Duke will lean on backup QB vs. Pitt
By Jerry DiPaola
Published: Saturday, Sept. 21, 2013, 12:01 a.m.
When Duke coach David Cutcliffe spoke to reporters on a conference call this week, the first questions focused on quarterbacks — just not his current one, Brandon Connette.
Cutcliffe is one of the most respected quarterback coaches in college football, mentoring Peyton Manning and his predecessor, Colorado Rockies first baseman Todd Helton, as the offensive coordinator at Tennessee. Cutcliffe also coached Eli Manning as the head coach at Ole Miss, making him the only coach in SEC history to have two quarterbacks (the Mannings) throw for more than 10,000 yards.
That's nice and perhaps the answer to a trivia question, but Cutcliffe must find a way to help Connette defeat Pitt on Saturday at Wallace Wade Stadium in Durham, N.C. It's the second ACC game for both teams.

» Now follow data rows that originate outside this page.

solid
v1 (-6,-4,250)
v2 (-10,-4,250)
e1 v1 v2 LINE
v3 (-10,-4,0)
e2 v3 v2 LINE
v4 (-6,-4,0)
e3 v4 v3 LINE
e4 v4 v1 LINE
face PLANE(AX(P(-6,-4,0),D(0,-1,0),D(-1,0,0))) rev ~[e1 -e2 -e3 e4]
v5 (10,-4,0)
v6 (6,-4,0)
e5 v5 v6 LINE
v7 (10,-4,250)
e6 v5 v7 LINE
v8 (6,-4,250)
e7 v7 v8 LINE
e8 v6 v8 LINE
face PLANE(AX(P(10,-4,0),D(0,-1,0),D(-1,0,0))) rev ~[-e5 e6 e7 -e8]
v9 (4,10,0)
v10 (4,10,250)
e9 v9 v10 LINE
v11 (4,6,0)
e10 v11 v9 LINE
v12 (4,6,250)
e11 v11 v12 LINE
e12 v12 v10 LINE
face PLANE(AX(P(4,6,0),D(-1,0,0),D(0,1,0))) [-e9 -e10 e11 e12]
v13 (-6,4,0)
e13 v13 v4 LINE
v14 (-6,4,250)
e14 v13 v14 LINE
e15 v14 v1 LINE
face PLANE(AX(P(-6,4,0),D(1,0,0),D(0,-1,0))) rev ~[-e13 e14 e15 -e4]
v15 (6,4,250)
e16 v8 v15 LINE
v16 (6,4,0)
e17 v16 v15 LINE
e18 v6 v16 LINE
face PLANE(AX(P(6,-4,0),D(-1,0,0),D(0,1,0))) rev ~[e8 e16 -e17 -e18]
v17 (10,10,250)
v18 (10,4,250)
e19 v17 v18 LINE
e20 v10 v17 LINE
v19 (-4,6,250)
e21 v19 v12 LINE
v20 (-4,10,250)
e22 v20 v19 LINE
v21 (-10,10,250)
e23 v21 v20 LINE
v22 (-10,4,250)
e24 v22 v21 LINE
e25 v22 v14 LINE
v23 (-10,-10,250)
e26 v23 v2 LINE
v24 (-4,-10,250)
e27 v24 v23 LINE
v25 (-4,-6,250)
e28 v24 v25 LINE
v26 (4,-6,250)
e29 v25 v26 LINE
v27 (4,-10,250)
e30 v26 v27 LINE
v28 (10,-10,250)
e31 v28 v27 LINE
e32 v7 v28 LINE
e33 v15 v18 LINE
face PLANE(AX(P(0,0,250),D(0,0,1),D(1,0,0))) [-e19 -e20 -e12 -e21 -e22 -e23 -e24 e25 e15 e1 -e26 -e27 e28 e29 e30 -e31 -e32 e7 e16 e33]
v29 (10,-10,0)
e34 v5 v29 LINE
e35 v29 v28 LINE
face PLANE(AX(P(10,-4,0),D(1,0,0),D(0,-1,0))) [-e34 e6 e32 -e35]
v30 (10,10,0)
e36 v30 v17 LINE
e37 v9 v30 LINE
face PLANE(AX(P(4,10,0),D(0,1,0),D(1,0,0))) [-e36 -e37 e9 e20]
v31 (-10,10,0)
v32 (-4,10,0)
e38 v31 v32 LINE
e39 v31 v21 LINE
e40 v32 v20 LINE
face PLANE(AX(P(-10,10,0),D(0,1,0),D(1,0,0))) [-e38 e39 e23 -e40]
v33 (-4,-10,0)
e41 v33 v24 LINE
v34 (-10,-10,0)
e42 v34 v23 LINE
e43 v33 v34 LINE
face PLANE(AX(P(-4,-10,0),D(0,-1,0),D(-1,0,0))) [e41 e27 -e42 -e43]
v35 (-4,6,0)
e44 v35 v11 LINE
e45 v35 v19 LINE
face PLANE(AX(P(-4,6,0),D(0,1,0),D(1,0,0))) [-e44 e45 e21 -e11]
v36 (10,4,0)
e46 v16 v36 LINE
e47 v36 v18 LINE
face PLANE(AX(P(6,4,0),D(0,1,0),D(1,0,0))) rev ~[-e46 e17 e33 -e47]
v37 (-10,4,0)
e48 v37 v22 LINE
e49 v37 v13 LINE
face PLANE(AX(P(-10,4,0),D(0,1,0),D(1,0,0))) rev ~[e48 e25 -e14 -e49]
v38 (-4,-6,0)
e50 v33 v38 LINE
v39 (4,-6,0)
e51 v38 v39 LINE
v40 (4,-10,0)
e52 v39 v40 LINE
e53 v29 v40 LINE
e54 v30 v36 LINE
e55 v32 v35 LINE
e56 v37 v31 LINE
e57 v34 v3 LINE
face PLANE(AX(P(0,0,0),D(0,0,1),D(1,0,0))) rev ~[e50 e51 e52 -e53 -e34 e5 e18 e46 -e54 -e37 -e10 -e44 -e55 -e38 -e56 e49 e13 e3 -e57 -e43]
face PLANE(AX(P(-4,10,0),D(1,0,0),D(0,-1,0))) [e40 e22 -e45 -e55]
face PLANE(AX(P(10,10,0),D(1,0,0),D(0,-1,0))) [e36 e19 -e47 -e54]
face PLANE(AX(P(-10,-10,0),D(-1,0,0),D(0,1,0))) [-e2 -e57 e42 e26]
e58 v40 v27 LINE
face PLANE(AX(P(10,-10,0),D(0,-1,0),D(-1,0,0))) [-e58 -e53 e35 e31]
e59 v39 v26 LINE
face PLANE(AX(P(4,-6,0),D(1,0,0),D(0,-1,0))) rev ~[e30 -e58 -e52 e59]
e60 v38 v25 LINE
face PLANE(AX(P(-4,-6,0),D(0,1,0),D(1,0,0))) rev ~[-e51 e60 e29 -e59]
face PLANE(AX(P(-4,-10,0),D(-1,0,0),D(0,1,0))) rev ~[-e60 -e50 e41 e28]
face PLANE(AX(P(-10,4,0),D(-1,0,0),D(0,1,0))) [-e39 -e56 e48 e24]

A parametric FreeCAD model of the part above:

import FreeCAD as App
import Part
import Sketcher
Q = App.Units.Quantity

doc = App.newDocument("Part")
body = doc.addObject("PartDesign::Body", "Body")

sketch1 = body.newObject("Sketcher::SketchObject", "Sketch")
sketch1.AttachmentSupport = (doc.getObject("XY_Plane"), [""])
sketch1.MapMode = "FlatFace"
sketch1.addGeometry(Part.LineSegment(App.Vector(4, 6, 0), App.Vector(-4, 6, 0)), False)
sketch1.addGeometry(Part.LineSegment(App.Vector(-4, 6, 0), App.Vector(-4, 10, 0)), False)
sketch1.addGeometry(Part.LineSegment(App.Vector(-4, 10, 0), App.Vector(-10, 10, 0)), False)
sketch1.addGeometry(Part.LineSegment(App.Vector(-10, 10, 0), App.Vector(-10, 4, 0)), False)
sketch1.addGeometry(Part.LineSegment(App.Vector(-10, 4, 0), App.Vector(-6, 4, 0)), False)
sketch1.addGeometry(Part.LineSegment(App.Vector(-6, 4, 0), App.Vector(-6, -4, 0)), False)
sketch1.addGeometry(Part.LineSegment(App.Vector(-6, -4, 0), App.Vector(-10, -4, 0)), False)
sketch1.addGeometry(Part.LineSegment(App.Vector(-10, -4, 0), App.Vector(-10, -10, 0)), False)
sketch1.addGeometry(Part.LineSegment(App.Vector(-10, -10, 0), App.Vector(-4, -10, 0)), False)
sketch1.addGeometry(Part.LineSegment(App.Vector(-4, -10, 0), App.Vector(-4, -6, 0)), False)
sketch1.addGeometry(Part.LineSegment(App.Vector(-4, -6, 0), App.Vector(4, -6, 0)), False)
sketch1.addGeometry(Part.LineSegment(App.Vector(4, -6, 0), App.Vector(4, -10, 0)), False)
sketch1.addGeometry(Part.LineSegment(App.Vector(4, -10, 0), App.Vector(10, -10, 0)), False)
sketch1.addGeometry(Part.LineSegment(App.Vector(10, -10, 0), App.Vector(10, -4, 0)), False)
sketch1.addGeometry(Part.LineSegment(App.Vector(10, -4, 0), App.Vector(6, -4, 0)), False)
sketch1.addGeometry(Part.LineSegment(App.Vector(6, -4, 0), App.Vector(6, 4, 0)), False)
sketch1.addGeometry(Part.LineSegment(App.Vector(6, 4, 0), App.Vector(10, 4, 0)), False)
sketch1.addGeometry(Part.LineSegment(App.Vector(10, 4, 0), App.Vector(10, 10, 0)), False)
sketch1.addGeometry(Part.LineSegment(App.Vector(10, 10, 0), App.Vector(4, 10, 0)), False)
sketch1.addGeometry(Part.LineSegment(App.Vector(4, 10, 0), App.Vector(4, 6, 0)), False)
sketch1.addConstraint(Sketcher.Constraint("Coincident", 0, 2, 1, 1))
sketch1.addConstraint(Sketcher.Constraint("Coincident", 1, 2, 2, 1))
sketch1.addConstraint(Sketcher.Constraint("Coincident", 2, 2, 3, 1))
sketch1.addConstraint(Sketcher.Constraint("Coincident", 3, 2, 4, 1))
sketch1.addConstraint(Sketcher.Constraint("Coincident", 4, 2, 5, 1))
sketch1.addConstraint(Sketcher.Constraint("Coincident", 5, 2, 6, 1))
sketch1.addConstraint(Sketcher.Constraint("Coincident", 6, 2, 7, 1))
sketch1.addConstraint(Sketcher.Constraint("Coincident", 7, 2, 8, 1))
sketch1.addConstraint(Sketcher.Constraint("Coincident", 8, 2, 9, 1))
sketch1.addConstraint(Sketcher.Constraint("Coincident", 9, 2, 10, 1))
sketch1.addConstraint(Sketcher.Constraint("Coincident", 10, 2, 11, 1))
sketch1.addConstraint(Sketcher.Constraint("Coincident", 11, 2, 12, 1))
sketch1.addConstraint(Sketcher.Constraint("Coincident", 12, 2, 13, 1))
sketch1.addConstraint(Sketcher.Constraint("Coincident", 13, 2, 14, 1))
sketch1.addConstraint(Sketcher.Constraint("Coincident", 14, 2, 15, 1))
sketch1.addConstraint(Sketcher.Constraint("Coincident", 15, 2, 16, 1))
sketch1.addConstraint(Sketcher.Constraint("Coincident", 16, 2, 17, 1))
sketch1.addConstraint(Sketcher.Constraint("Coincident", 17, 2, 18, 1))
sketch1.addConstraint(Sketcher.Constraint("Coincident", 18, 2, 19, 1))
sketch1.addConstraint(Sketcher.Constraint("Coincident", 19, 2, 0, 1))
sketch1.addConstraint(Sketcher.Constraint("Horizontal", 0))
sketch1.addConstraint(Sketcher.Constraint("Vertical", 1))
sketch1.addConstraint(Sketcher.Constraint("Horizontal", 2))
sketch1.addConstraint(Sketcher.Constraint("Vertical", 3))
sketch1.addConstraint(Sketcher.Constraint("Horizontal", 4))
sketch1.addConstraint(Sketcher.Constraint("Vertical", 5))
sketch1.addConstraint(Sketcher.Constraint("Horizontal", 6))
sketch1.addConstraint(Sketcher.Constraint("Vertical", 7))
sketch1.addConstraint(Sketcher.Constraint("Horizontal", 8))
sketch1.addConstraint(Sketcher.Constraint("Vertical", 9))
sketch1.addConstraint(Sketcher.Constraint("Horizontal", 10))
sketch1.addConstraint(Sketcher.Constraint("Vertical", 11))
sketch1.addConstraint(Sketcher.Constraint("Horizontal", 12))
sketch1.addConstraint(Sketcher.Constraint("Vertical", 13))
sketch1.addConstraint(Sketcher.Constraint("Horizontal", 14))
sketch1.addConstraint(Sketcher.Constraint("Vertical", 15))
sketch1.addConstraint(Sketcher.Constraint("Horizontal", 16))
sketch1.addConstraint(Sketcher.Constraint("Vertical", 17))
sketch1.addConstraint(Sketcher.Constraint("Horizontal", 18))
sketch1.addConstraint(Sketcher.Constraint("Vertical", 19))
sketch1.addConstraint(Sketcher.Constraint("Symmetric", 0, 2, 10, 2, -1, 1))
sketch1.addConstraint(Sketcher.Constraint("Symmetric", 2, 2, 12, 2, -1, 1))
sketch1.addConstraint(Sketcher.Constraint("Symmetric", 4, 2, 14, 2, -1, 1))
sketch1.addConstraint(Sketcher.Constraint("Symmetric", 6, 2, 16, 2, -1, 1))
sketch1.addConstraint(Sketcher.Constraint("Symmetric", 8, 2, 18, 2, -1, 1))
sketch1.addConstraint(Sketcher.Constraint("Symmetric", 8, 2, 11, 2, -2))
sketch1.addConstraint(Sketcher.Constraint("Symmetric", 6, 2, 13, 2, -2))
sketch1.addConstraint(Sketcher.Constraint("Equal", 16, 1))
sketch1.addConstraint(Sketcher.Constraint("Equal", 18, 3))
sketch1.addConstraint(Sketcher.Constraint("Equal", 10, 5))
sketch1.addConstraint(Sketcher.Constraint("DistanceX", 0, 2, 0, 1, Q("8 mm")))
sketch1.addConstraint(Sketcher.Constraint("DistanceX", 2, 2, 2, 1, Q("6 mm")))
sketch1.addConstraint(Sketcher.Constraint("DistanceX", 4, 1, 4, 2, Q("4 mm")))
pad1 = body.newObject("PartDesign::Pad", "Pad")
pad1.Profile = sketch1
pad1.Length = 250

doc.recompute()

Connette has replaced Duke's best quarterback Anthony Boone, who broke his collarbone in the second game of the season.
Boone's injury is a bit of good fortune for Pitt. He completed 75 percent of his passes (27 for 36) for 275 yards in two games before his injury.
Connette bounced all over the roster before settling in as the backup this season. He threw for only 122 yards in a 38-14 loss last week to Georgia Tech.
Not his fault, Cutcliffe said.
“It wasn't really all him by any means,” Cutcliffe said. “That was one of the more disappointing things, that we didn't execute around him like we are capable of. He never hung his head.”
Pitt defensive coordinator Matt House said Connette, who has run for two touchdowns, will challenge his unit.
“Boone might have been a little more athletic, but (Connette) is a hard guy to tackle and he really, truly plays hard,” House said. “You watch him and you respect how he plays. He gets every inch out of his ability.
“He's one of those guys if he wasn't playing quarterback, he would play another position because he plays so hard.”
The loss of Boone could slow Cutcliffe's efforts to rebuild a program that went to its first bowl game in 18 years last season. Before Cutcliffe arrived in 2008, Duke won 22 games in 13 seasons. Four times in that span, the Blue Devils were winless, most recently in '06.
Cutcliffe, the '12 ACC Coach of the Year, was asked how difficult it is to recruit quality athletes to Duke, which recently was ranked seventh in the nation academically by U.S. News and World Report.
“You don't go in looking at this as a hindrance,” he said. “I think it's one of the more exciting times for me as to what the potential is here to bring in great football players that also happen to be extremely quality, motivated students.”